*** Source information ***

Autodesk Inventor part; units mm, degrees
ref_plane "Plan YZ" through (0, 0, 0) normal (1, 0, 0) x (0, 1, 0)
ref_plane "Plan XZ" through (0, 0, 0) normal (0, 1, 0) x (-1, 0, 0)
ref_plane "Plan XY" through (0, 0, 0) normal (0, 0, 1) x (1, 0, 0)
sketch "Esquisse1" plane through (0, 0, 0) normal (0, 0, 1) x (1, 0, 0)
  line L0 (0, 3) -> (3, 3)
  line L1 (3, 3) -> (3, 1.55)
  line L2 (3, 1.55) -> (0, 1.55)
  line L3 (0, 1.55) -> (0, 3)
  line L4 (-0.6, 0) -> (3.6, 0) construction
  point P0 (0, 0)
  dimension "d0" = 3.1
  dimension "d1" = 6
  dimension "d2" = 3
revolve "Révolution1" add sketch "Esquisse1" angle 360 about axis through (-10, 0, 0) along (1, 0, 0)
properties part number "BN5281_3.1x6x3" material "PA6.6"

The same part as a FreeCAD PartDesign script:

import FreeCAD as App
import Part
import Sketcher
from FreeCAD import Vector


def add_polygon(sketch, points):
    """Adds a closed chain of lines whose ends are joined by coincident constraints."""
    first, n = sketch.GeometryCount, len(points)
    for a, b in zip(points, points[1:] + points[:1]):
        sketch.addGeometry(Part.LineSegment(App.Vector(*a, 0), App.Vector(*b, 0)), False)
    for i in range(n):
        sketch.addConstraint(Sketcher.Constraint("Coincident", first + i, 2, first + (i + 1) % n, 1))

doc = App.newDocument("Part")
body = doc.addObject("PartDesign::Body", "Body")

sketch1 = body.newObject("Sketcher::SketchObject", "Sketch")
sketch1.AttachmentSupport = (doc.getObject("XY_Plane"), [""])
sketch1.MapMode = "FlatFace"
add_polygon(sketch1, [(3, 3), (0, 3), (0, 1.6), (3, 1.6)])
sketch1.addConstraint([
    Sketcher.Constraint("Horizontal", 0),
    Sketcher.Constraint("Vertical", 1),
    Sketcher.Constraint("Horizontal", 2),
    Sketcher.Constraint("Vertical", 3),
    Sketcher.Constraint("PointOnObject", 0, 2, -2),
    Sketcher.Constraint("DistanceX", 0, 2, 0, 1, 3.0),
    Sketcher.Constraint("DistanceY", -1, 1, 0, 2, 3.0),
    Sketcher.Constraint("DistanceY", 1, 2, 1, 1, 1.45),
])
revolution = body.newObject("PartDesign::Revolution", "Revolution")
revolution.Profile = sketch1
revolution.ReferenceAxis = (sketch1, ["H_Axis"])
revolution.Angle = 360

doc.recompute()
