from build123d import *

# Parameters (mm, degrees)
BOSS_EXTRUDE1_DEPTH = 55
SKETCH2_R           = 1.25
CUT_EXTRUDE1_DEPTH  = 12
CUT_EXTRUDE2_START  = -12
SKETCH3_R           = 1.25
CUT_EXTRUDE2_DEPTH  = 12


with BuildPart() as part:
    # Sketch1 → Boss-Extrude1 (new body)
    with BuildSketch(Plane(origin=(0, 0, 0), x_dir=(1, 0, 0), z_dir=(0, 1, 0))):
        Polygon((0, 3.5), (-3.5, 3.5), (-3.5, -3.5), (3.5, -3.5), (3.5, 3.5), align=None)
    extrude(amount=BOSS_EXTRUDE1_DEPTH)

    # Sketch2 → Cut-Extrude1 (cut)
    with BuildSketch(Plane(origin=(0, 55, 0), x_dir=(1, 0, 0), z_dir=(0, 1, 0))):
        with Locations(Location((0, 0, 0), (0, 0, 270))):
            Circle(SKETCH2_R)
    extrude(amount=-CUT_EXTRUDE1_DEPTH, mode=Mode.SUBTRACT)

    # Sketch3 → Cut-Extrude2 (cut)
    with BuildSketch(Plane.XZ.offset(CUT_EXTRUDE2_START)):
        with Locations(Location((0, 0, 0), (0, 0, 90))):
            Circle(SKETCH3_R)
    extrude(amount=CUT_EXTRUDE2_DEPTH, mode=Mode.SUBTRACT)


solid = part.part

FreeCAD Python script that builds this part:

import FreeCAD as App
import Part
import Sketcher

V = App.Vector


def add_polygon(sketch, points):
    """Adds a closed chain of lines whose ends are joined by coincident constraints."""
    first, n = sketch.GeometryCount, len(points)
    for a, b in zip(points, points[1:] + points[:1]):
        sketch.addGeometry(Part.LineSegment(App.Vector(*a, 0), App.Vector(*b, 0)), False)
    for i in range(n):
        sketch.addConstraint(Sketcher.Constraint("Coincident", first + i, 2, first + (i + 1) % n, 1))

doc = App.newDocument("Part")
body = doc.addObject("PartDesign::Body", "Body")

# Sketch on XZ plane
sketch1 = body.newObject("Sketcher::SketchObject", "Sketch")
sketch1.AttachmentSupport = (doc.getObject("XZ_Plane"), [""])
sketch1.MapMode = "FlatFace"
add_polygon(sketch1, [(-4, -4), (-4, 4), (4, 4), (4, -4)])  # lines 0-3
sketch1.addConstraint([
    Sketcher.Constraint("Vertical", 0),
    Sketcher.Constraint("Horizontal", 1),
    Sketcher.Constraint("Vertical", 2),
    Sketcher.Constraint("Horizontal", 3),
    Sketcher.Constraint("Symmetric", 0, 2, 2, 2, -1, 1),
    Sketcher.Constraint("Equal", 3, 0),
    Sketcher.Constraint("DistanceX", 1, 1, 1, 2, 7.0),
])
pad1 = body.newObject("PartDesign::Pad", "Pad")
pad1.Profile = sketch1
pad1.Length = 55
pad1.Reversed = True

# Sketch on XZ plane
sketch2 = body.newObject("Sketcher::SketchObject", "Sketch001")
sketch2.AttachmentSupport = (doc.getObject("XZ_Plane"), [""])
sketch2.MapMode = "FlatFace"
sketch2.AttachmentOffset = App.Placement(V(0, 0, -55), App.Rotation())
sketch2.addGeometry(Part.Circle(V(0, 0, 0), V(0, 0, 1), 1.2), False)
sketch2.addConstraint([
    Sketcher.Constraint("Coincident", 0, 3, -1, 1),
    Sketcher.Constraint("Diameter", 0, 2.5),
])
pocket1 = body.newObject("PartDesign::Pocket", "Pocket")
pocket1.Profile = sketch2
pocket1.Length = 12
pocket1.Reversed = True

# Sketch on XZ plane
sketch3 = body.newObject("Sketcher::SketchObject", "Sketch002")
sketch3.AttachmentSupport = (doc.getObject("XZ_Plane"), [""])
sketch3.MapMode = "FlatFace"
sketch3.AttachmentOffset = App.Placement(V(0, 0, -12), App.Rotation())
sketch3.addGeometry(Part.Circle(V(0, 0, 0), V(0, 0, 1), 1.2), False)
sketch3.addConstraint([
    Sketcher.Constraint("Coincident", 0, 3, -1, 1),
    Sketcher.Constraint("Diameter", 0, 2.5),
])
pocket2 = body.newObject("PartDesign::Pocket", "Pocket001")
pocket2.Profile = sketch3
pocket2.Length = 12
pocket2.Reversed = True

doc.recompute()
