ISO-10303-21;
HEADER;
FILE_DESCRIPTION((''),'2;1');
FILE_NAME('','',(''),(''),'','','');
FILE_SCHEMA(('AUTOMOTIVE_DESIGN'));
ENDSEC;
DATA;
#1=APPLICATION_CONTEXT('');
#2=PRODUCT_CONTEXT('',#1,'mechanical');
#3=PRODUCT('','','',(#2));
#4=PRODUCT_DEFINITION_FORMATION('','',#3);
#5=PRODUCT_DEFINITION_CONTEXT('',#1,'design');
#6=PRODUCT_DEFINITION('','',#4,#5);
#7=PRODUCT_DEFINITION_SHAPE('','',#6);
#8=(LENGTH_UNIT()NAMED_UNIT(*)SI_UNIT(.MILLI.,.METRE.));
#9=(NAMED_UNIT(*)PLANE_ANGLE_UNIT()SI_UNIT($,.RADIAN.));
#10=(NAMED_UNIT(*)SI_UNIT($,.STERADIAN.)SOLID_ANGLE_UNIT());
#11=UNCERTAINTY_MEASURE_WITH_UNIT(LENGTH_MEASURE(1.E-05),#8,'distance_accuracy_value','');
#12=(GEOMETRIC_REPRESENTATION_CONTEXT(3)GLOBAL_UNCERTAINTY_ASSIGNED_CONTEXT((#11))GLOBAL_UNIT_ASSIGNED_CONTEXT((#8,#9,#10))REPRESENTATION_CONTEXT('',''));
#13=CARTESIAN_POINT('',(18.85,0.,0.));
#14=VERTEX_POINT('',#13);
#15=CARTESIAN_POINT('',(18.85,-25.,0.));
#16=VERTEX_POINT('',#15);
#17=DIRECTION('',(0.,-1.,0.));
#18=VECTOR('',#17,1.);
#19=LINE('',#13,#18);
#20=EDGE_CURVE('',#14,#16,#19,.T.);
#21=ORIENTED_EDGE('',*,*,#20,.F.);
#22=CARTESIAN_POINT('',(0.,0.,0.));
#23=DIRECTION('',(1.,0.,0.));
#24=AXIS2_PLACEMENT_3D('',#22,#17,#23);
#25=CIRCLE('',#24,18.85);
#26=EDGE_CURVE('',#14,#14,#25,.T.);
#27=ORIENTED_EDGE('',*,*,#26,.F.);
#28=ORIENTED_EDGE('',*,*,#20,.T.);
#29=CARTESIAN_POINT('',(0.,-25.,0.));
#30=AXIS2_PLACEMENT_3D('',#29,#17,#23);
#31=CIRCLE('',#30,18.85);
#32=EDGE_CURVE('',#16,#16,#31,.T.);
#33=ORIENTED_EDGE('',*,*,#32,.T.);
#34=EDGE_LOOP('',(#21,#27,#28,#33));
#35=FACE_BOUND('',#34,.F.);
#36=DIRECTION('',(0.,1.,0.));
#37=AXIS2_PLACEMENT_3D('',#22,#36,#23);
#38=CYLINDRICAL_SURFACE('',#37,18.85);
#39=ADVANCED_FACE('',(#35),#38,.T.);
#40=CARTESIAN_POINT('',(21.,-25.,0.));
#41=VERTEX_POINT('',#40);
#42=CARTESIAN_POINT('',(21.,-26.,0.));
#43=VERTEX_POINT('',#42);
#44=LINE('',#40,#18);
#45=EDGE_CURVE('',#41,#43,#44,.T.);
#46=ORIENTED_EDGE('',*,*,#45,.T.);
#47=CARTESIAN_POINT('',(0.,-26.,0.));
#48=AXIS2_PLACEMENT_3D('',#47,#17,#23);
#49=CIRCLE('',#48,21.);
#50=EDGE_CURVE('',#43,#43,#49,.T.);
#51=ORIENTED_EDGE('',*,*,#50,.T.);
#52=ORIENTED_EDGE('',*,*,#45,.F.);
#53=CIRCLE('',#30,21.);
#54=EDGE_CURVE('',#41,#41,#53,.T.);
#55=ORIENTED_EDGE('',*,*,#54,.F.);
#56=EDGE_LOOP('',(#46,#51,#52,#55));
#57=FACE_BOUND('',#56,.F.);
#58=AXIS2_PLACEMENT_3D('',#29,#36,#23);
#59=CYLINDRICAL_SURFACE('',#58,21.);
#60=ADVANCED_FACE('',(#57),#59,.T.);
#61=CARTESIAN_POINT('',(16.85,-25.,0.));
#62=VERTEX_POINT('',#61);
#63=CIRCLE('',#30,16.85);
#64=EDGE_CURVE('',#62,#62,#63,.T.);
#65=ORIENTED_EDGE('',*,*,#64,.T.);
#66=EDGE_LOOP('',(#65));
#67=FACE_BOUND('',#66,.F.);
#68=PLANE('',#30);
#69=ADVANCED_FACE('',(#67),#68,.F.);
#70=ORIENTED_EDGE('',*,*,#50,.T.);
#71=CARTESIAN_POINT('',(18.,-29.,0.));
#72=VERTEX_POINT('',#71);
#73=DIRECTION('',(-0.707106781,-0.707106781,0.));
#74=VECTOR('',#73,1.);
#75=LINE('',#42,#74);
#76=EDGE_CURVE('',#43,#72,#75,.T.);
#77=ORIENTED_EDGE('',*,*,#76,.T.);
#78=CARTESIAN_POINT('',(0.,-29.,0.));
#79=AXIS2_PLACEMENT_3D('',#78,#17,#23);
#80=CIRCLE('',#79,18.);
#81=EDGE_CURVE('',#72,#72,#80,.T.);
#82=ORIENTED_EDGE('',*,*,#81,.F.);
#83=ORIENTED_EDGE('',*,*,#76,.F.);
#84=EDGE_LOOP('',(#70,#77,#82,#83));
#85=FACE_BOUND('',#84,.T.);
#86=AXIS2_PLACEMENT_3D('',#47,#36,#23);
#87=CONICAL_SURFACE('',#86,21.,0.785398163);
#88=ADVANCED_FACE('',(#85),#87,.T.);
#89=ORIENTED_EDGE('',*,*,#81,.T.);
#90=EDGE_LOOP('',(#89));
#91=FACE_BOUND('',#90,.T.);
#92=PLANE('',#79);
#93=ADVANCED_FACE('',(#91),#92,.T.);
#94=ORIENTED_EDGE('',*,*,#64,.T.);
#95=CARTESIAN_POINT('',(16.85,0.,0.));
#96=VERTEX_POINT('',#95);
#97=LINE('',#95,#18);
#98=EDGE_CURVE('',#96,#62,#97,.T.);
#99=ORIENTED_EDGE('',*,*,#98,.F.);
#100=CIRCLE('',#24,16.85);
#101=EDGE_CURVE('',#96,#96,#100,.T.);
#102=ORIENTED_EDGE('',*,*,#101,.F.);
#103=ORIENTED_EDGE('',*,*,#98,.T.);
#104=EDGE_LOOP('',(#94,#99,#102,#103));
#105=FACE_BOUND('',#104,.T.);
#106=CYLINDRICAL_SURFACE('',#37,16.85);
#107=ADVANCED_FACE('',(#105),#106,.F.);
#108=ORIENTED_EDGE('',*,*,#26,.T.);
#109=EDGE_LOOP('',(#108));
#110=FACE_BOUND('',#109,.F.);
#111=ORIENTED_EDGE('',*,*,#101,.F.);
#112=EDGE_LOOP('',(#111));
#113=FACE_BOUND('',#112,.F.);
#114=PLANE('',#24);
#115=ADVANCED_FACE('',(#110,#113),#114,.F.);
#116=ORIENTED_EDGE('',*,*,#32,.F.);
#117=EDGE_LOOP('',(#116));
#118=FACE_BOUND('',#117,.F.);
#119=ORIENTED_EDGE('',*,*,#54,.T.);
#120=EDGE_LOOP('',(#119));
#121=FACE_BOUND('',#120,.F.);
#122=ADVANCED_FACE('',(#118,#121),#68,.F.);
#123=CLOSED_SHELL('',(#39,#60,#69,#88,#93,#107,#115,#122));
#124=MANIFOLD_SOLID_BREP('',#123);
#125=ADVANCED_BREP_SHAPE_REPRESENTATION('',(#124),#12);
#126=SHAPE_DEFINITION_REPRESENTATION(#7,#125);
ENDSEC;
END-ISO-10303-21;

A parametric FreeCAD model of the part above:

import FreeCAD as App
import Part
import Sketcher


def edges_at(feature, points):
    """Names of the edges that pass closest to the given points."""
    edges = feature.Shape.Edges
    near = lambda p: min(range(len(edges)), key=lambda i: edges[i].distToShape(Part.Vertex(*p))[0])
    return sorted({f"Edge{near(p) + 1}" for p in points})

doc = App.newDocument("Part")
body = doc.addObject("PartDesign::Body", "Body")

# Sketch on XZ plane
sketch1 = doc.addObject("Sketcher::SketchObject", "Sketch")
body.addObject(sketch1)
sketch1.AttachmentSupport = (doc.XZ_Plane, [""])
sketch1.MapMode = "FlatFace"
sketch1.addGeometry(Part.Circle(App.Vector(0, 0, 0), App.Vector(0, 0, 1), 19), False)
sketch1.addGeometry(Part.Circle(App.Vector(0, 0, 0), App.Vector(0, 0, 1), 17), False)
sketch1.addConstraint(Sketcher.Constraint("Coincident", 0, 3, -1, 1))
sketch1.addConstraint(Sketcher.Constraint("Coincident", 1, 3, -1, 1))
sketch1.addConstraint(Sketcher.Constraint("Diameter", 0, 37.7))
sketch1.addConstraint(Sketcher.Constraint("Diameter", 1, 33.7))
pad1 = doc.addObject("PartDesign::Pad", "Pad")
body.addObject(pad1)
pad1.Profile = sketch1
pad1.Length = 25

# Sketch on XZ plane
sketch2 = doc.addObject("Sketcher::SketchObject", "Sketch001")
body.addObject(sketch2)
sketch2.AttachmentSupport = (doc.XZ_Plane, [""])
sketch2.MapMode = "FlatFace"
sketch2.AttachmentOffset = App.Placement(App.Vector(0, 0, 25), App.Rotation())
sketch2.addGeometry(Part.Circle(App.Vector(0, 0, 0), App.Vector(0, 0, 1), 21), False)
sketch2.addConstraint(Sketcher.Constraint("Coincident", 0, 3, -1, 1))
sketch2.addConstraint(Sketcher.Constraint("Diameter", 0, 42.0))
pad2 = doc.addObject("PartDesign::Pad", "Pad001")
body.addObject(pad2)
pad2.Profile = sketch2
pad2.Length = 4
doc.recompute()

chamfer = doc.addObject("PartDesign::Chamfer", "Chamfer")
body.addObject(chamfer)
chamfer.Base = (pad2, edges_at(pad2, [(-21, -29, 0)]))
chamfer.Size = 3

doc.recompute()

*** End of Source information ***

=== About this exercise ===
Set down, exactly as they stand above, the lines starting with the line with "#111=ORIENTED_EDGE('',*,*,#101,.F.);" and going on through the line with "END-ISO-10303-21;", and no others.

=== Solution to the problem ===
#111=ORIENTED_EDGE('',*,*,#101,.F.);
#112=EDGE_LOOP('',(#111));
#113=FACE_BOUND('',#112,.F.);
#114=PLANE('',#24);
#115=ADVANCED_FACE('',(#110,#113),#114,.F.);
#116=ORIENTED_EDGE('',*,*,#32,.F.);
#117=EDGE_LOOP('',(#116));
#118=FACE_BOUND('',#117,.F.);
#119=ORIENTED_EDGE('',*,*,#54,.T.);
#120=EDGE_LOOP('',(#119));
#121=FACE_BOUND('',#120,.F.);
#122=ADVANCED_FACE('',(#118,#121),#68,.F.);
#123=CLOSED_SHELL('',(#39,#60,#69,#88,#93,#107,#115,#122));
#124=MANIFOLD_SOLID_BREP('',#123);
#125=ADVANCED_BREP_SHAPE_REPRESENTATION('',(#124),#12);
#126=SHAPE_DEFINITION_REPRESENTATION(#7,#125);
ENDSEC;
END-ISO-10303-21;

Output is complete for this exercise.